Winterland Productions
- Company type: Private
- Industry: Entertainment
- Founded: 1974
- Founder: Bill Graham, Donald Hunt and Dell Furano
- Defunct: c. 2011
- Headquarters: 100 Harrison St., San Francisco, California, U.S.
- Area served: Worldwide
- Key people: Dave Furano, Colleen Weiss (National Sales Manager, late 1980s), Donald Hunt (Chief Operating Officer)
- Products: Concert T-shirts, music memorabilia, and official sports team merchandise
- Revenue: $200 million (1991)
- Number of employees: 500 (1996)
- Subsidiaries: Rock Express

= Winterland Productions =

Merchandising and licensing company

Winterland Productions was a merchandising and licensing company in the pop culture industry. The company, which sold concert T-shirts, music memorabilia, and eventually, official sports team merchandise, was co-founded by legendary concert promoter Bill Graham, Donald Hunt and music business executive and entrepreneur Dell Furano.

== History ==
=== Origins ===
In 1974, Graham and Furano (as well as Furano's brother Dave Furano and Donald Hunt) teamed up to co-found Winterland Productions. According to Dell Furano, who at the time was the manager of the Winterland Ballroom, Grateful Dead's drummer Bill Kreutzmann's wife suggested they set up a table to sell T-shirts in the lobby of the venue after concerts. (The name Winterland Productions referenced the Winterland venue, which was made famous by Graham as a performance site for many famous rock musicians.)

Winterland, which is credited as "the first concert T-shirt manufacturing company," soon became the leading merchandising and licensing company in the early days of the concert industry. The company established its headquarters in San Francisco, where it did all the design, production, warehousing, and shipping of its products.

=== Rock Express and expansion ===
In 1984, Winterland created a retail arm, known as Rock Express, which sold T-shirts, posters, buttons, keychains, bumper stickers, decals, and photographs. In 1991, Winterland signed an agreement to have Rock Express merchandise sold in over 100 Sears department store locations throughout the U.S.

In the mid-1980s, Winterland was the sole provider of merchandising for the Live Aid and Farm Aid benefit concerts, as well as Hands Across America and USA for Africa.

=== Sale to MCA/Universal ===
In 1988, Graham and Furano sold Winterland Productions to Irving Azoff and MCA/Universal, with Furano staying on as CEO.

In 1989, Winterland Productions (along with Great Southern Productions), sued various parties in the comic book industry over publisher Revolutionary Comics Rock 'N' Roll Comics issues #3 and #4, on Bon Jovi and Mötley Crüe respectively.
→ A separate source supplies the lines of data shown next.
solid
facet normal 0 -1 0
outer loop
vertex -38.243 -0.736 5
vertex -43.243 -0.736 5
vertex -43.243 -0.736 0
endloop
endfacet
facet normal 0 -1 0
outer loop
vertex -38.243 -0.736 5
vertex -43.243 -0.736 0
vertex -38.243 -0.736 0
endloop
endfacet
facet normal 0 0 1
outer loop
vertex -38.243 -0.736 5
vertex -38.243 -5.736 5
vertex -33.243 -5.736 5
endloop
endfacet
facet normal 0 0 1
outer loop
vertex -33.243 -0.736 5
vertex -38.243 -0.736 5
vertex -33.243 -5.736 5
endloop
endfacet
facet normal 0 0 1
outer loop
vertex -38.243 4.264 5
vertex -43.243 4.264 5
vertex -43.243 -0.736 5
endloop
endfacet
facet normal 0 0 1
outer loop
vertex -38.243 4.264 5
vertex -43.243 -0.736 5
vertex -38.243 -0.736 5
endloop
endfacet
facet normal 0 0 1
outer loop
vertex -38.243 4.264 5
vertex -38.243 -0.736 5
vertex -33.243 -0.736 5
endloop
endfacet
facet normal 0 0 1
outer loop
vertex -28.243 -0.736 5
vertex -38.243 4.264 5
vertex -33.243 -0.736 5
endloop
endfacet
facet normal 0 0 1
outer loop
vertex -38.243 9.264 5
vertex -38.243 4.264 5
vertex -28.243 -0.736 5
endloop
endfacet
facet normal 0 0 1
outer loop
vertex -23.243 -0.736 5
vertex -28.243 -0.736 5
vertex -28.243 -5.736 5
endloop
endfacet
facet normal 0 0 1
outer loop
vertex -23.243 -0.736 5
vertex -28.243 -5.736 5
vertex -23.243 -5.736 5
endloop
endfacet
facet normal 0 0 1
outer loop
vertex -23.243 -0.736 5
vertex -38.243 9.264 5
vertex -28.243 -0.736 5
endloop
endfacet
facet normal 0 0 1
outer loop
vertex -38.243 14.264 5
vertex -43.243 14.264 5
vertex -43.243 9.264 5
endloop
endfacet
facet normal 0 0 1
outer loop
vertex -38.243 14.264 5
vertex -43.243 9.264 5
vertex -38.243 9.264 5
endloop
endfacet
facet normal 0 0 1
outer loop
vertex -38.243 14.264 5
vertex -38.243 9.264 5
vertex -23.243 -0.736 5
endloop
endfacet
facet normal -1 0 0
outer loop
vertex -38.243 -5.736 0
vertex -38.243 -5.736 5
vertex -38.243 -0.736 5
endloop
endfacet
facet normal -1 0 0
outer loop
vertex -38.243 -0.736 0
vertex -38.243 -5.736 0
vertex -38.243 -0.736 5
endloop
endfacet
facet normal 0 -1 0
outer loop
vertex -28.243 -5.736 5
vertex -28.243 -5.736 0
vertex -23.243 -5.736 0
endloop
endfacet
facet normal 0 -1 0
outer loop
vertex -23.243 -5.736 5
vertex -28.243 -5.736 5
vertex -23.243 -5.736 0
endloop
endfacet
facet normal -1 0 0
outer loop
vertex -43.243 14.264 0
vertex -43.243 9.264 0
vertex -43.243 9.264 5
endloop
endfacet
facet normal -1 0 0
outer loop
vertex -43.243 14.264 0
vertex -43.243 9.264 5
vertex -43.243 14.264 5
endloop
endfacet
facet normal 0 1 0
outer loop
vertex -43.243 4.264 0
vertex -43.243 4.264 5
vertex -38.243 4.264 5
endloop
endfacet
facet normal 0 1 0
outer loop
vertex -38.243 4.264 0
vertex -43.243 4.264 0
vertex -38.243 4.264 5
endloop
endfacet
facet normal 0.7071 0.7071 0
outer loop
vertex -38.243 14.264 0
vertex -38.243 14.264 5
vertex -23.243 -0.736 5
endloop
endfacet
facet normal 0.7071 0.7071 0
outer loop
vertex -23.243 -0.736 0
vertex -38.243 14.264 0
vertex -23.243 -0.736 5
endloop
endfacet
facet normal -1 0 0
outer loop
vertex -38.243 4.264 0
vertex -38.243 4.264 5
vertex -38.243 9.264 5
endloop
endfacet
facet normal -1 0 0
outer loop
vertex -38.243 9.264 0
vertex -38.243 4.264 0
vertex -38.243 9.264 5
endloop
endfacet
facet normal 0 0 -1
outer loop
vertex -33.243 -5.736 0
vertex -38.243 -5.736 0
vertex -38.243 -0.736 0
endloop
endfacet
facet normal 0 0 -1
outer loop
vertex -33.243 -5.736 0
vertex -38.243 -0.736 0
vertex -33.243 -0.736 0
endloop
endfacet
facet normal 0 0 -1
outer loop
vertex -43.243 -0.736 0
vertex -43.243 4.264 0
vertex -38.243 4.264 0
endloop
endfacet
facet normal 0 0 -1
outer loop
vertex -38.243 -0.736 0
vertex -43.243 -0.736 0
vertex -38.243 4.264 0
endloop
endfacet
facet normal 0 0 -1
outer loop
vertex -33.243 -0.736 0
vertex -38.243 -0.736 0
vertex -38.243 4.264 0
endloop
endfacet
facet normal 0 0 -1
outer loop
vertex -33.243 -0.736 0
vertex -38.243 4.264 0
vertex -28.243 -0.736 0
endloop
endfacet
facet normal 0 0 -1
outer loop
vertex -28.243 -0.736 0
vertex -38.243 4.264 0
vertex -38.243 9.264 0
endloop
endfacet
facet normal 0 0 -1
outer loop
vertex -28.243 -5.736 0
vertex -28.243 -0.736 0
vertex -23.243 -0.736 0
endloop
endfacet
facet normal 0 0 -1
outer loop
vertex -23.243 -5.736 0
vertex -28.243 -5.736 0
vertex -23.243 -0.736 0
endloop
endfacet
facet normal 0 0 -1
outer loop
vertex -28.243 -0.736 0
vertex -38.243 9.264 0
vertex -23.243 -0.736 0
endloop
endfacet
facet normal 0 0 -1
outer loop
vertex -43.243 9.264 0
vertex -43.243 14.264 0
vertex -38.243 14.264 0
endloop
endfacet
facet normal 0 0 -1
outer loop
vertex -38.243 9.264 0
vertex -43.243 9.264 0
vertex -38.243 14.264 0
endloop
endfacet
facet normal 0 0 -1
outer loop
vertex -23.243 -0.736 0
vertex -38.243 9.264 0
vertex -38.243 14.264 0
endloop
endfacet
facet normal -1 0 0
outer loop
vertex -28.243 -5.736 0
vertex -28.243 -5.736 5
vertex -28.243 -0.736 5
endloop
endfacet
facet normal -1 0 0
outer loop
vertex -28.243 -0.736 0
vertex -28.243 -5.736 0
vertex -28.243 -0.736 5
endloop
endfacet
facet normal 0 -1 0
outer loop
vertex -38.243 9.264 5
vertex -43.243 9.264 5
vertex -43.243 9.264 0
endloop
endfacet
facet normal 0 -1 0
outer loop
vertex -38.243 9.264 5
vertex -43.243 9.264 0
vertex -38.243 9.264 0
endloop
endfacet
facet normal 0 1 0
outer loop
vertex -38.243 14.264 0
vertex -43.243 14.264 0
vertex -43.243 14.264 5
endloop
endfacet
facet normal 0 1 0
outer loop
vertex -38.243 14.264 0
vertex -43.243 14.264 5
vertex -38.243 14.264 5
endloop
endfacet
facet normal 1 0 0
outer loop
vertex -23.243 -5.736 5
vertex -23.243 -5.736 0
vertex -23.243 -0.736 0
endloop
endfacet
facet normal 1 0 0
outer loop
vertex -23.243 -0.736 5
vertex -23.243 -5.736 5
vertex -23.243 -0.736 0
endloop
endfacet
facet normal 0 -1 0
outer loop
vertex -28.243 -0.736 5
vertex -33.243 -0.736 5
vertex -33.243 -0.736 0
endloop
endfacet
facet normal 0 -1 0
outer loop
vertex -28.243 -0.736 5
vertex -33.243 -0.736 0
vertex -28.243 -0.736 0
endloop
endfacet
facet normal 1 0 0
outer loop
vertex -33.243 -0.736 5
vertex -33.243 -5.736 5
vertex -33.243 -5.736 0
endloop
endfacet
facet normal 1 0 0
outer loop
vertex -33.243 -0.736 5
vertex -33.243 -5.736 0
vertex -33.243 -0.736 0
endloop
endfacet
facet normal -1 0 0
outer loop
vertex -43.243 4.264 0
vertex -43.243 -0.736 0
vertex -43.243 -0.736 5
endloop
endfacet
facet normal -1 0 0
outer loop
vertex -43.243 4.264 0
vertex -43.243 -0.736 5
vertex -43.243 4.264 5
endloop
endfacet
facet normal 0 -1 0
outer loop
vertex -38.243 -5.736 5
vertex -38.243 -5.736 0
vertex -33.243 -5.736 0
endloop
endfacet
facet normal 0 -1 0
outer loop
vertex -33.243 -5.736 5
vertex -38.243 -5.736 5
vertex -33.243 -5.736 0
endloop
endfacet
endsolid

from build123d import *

# Parameters (mm, degrees)
ESQUISSE1_W             = 20
ESQUISSE1_H             = 20
BOSS_EXTRU_1_DEPTH      = 5
ESQUISSE2_W             = 5
ESQUISSE2_H             = 5
ENL_V_MAT_EXTRU_1_DEPTH = 5


with BuildPart() as part:
    # Esquisse1 → Boss.-Extru.1 (new body)
    with BuildSketch(Plane.XY):
        with Locations((-33.243041797, 4.26352657)):
            Rectangle(ESQUISSE1_W, ESQUISSE1_H)
    extrude(amount=BOSS_EXTRU_1_DEPTH)

    # Esquisse2 → Enlèv. mat.-Extru.1 (cut)
    with BuildSketch(Plane.XY.offset(5)):
        with Locations((-30.743041797, -3.23647343)):
            Rectangle(ESQUISSE2_W, ESQUISSE2_H)
        with Locations((-40.743041797, -3.23647343)):
            Rectangle(ESQUISSE2_W, ESQUISSE2_H)
        with Locations((-40.743041797, 6.76352657)):
            Rectangle(ESQUISSE2_W, ESQUISSE2_H)
        Polygon((-23.243041797, 14.26352657), (-38.243041797, 14.26352657), (-23.243041797, -0.73647343), align=None)
    extrude(amount=-ENL_V_MAT_EXTRU_1_DEPTH, mode=Mode.SUBTRACT)


solid = part.part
Both bands had exclusive merchandising deals with Great Southern/Winterland Productions, who got a court injunction prohibiting Revolutionary from distributing the comics.

Winterland grew exponentially in the early 1990s, focusing on custom contract screen printing for pop culture clients like the Hard Rock Cafe, and the Disney Stores, but also apparel manufacturers like Levi Strauss & Co., Donna Karan and The Gap. In addition to its main headquarters in San Francisco, Winterland had an office in London, and distributors/partners in Japan (Dentsu), Australia (ATM), and the U.K. (Ultraviolent). During this period, Winterland's main competitors in the music merchandising/licensing business were the Brockum Group (Toronto), Giant Merchandise (Los Angeles), Great Southern Company (Los Angeles), and Nice Man Merchandising (Minneapolis).

In 1993, Furano left Winterland to found Sony Signatures, the entertainment merchandise, licensing, and consumer products division of Sony Corporation. (Graham had died in 1991).

=== Sale to MML Inc. and bankruptcy ===
In 1996, MCA sold Winterland to businessman Mort Lapidus' MML Inc., an East Coast holding company. According to a 1996 article in the San Francisco Examiner, at that point the company held "merchandising rights to pop stars such as Alanis Morissette, Eric Clapton, Madonna, and Boyz II Men, as well as Led Zeppelin, the Doors and the late Jerry Garcia." It also owned "apparel licensing rights to film and TV properties including Jurassic Park, Pulp Fiction, The Flintstones, Clueless, Star Trek, and Twister."

In 1998, Winterland acquired local competitor Turbo Productions.

By the turn of the 21st century, however, Winterland Productions was in bankruptcy.

=== Furano reacquisition ===
In early 2002, Dell Furano, along with Donald Hunt, bought back Winterland, the company he helped start, for more than $10 million.

In 2008 Furano sold what was now called Signatures Network, Inc. (including Winterland) to Live Nation Entertainment, with Furano assuming the role of CEO of Live Nation Merchandise. The Winterland brand was finally retired in 2011.